[EXERCISE INSTRUCTIONS]
Both the line below containing "line L2 (-52, -18) -> (-52, -16.8)" and the line containing "Rebuilt in FreeCAD, every", along with every line between them, should be repeated exactly; no other line belongs in the answer.

[SOURCE RECORDS]

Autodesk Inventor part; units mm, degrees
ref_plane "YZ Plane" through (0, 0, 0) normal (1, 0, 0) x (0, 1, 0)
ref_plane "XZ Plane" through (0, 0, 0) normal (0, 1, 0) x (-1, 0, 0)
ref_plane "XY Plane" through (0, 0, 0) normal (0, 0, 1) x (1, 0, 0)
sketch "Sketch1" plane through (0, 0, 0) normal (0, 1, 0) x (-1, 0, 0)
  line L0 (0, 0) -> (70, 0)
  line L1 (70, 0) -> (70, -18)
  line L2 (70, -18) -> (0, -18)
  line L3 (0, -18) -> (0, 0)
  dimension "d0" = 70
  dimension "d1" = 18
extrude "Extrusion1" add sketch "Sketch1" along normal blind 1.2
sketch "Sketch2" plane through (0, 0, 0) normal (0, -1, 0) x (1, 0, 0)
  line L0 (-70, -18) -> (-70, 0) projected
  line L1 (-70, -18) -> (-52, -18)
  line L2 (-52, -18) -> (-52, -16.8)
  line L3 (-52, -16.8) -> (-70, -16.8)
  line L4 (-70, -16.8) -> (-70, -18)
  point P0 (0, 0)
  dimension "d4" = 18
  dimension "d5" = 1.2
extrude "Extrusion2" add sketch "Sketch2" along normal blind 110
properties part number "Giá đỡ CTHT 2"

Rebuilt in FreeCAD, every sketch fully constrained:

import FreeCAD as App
import Part
import Sketcher

V = App.Vector
Q = App.Units.Quantity

doc = App.newDocument("Part")
params = doc.addObject("Spreadsheet::Sheet", "Params")
for row, (alias, value) in enumerate([
    ("sketch1_width", "70 mm"),
    ("sketch1_height", "18 mm"),
    ("pad1_length", "1.2 mm"),
    ("sketch2_width", "18 mm"),
    ("sketch2_height", "1.2 mm"),
    ("pad2_length", "110 mm"),
], start=1):
    params.set(f"A{row}", alias)
    params.set(f"B{row}", "=" + value)
    params.setAlias(f"B{row}", alias)

body = doc.addObject("PartDesign::Body", "Body")

# Sketch on XZ plane
sketch1 = doc.addObject("Sketcher::SketchObject", "Sketch")
body.addObject(sketch1)
sketch1.AttachmentSupport = (doc.XZ_Plane, [""])
sketch1.MapMode = "FlatFace"
sketch1.addGeometry(Part.LineSegment(V(-70, 0, 0), V(0, 0, 0)), False)
sketch1.addGeometry(Part.LineSegment(V(0, 0, 0), V(0, -18, 0)), False)
sketch1.addGeometry(Part.LineSegment(V(0, -18, 0), V(-70, -18, 0)), False)
sketch1.addGeometry(Part.LineSegment(V(-70, -18, 0), V(-70, 0, 0)), False)
sketch1.addConstraint(Sketcher.Constraint("Coincident", 0, 2, 1, 1))
sketch1.addConstraint(Sketcher.Constraint("Coincident", 1, 2, 2, 1))
sketch1.addConstraint(Sketcher.Constraint("Coincident", 2, 2, 3, 1))
sketch1.addConstraint(Sketcher.Constraint("Coincident", 3, 2, 0, 1))
sketch1.addConstraint(Sketcher.Constraint("Horizontal", 0))
sketch1.addConstraint(Sketcher.Constraint("Vertical", 1))
sketch1.addConstraint(Sketcher.Constraint("Horizontal", 2))
sketch1.addConstraint(Sketcher.Constraint("Vertical", 3))
sketch1.addConstraint(Sketcher.Constraint("Coincident", 0, 2, -1, 1))
sketch1.addConstraint(Sketcher.Constraint("DistanceX", 0, 1, 0, 2, Q("70 mm")))
sketch1.addConstraint(Sketcher.Constraint("DistanceY", 1, 2, 1, 1, Q("18 mm")))
sketch1.setExpression("Constraints[9]", "Params.sketch1_width")
sketch1.setExpression("Constraints[10]", "Params.sketch1_height")
pad1 = doc.addObject("PartDesign::Pad", "Pad")
body.addObject(pad1)
pad1.Profile = sketch1
pad1.setExpression("Length", "Params.pad1_length")
pad1.Reversed = True

# Sketch on XZ plane
sketch2 = doc.addObject("Sketcher::SketchObject", "Sketch001")
body.addObject(sketch2)
sketch2.AttachmentSupport = (doc.XZ_Plane, [""])
sketch2.MapMode = "FlatFace"
sketch2.addGeometry(Part.LineSegment(V(-70, -16.8, 0), V(-70, -18, 0)), False)
sketch2.addGeometry(Part.LineSegment(V(-70, -18, 0), V(-52, -18, 0)), False)
sketch2.addGeometry(Part.LineSegment(V(-52, -18, 0), V(-52, -16.8, 0)), False)
sketch2.addGeometry(Part.LineSegment(V(-52, -16.8, 0), V(-70, -16.8, 0)), False)
sketch2.addConstraint(Sketcher.Constraint("Coincident", 0, 2, 1, 1))
sketch2.addConstraint(Sketcher.Constraint("Coincident", 1, 2, 2, 1))
sketch2.addConstraint(Sketcher.Constraint("Coincident", 2, 2, 3, 1))
sketch2.addConstraint(Sketcher.Constraint("Coincident", 3, 2, 0, 1))
sketch2.addConstraint(Sketcher.Constraint("Vertical", 0))
sketch2.addConstraint(Sketcher.Constraint("Horizontal", 1))
sketch2.addConstraint(Sketcher.Constraint("Vertical", 2))
sketch2.addConstraint(Sketcher.Constraint("Horizontal", 3))
sketch2.addConstraint(Sketcher.Constraint("DistanceX", 1, 1, 1, 2, Q("18 mm")))
sketch2.addConstraint(Sketcher.Constraint("DistanceY", 0, 2, 0, 1, Q("1.2 mm")))
sketch2.addConstraint(Sketcher.Constraint("DistanceY", 0, 2, -1, 1, Q("18 mm")))
sketch2.addConstraint(Sketcher.Constraint("DistanceX", 0, 2, -1, 1, Q("70 mm")))
sketch2.setExpression("Constraints[8]", "Params.sketch2_width")
sketch2.setExpression("Constraints[9]", "Params.sketch2_height")
pad2 = doc.addObject("PartDesign::Pad", "Pad001")
body.addObject(pad2)
pad2.Profile = sketch2
pad2.setExpression("Length", "Params.pad2_length")

doc.recompute()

[TASK RESULT]
  line L2 (-52, -18) -> (-52, -16.8)
  line L3 (-52, -16.8) -> (-70, -16.8)
  line L4 (-70, -16.8) -> (-70, -18)
  point P0 (0, 0)
  dimension "d4" = 18
  dimension "d5" = 1.2
extrude "Extrusion2" add sketch "Sketch2" along normal blind 110
properties part number "Giá đỡ CTHT 2"

Rebuilt in FreeCAD, every sketch fully constrained:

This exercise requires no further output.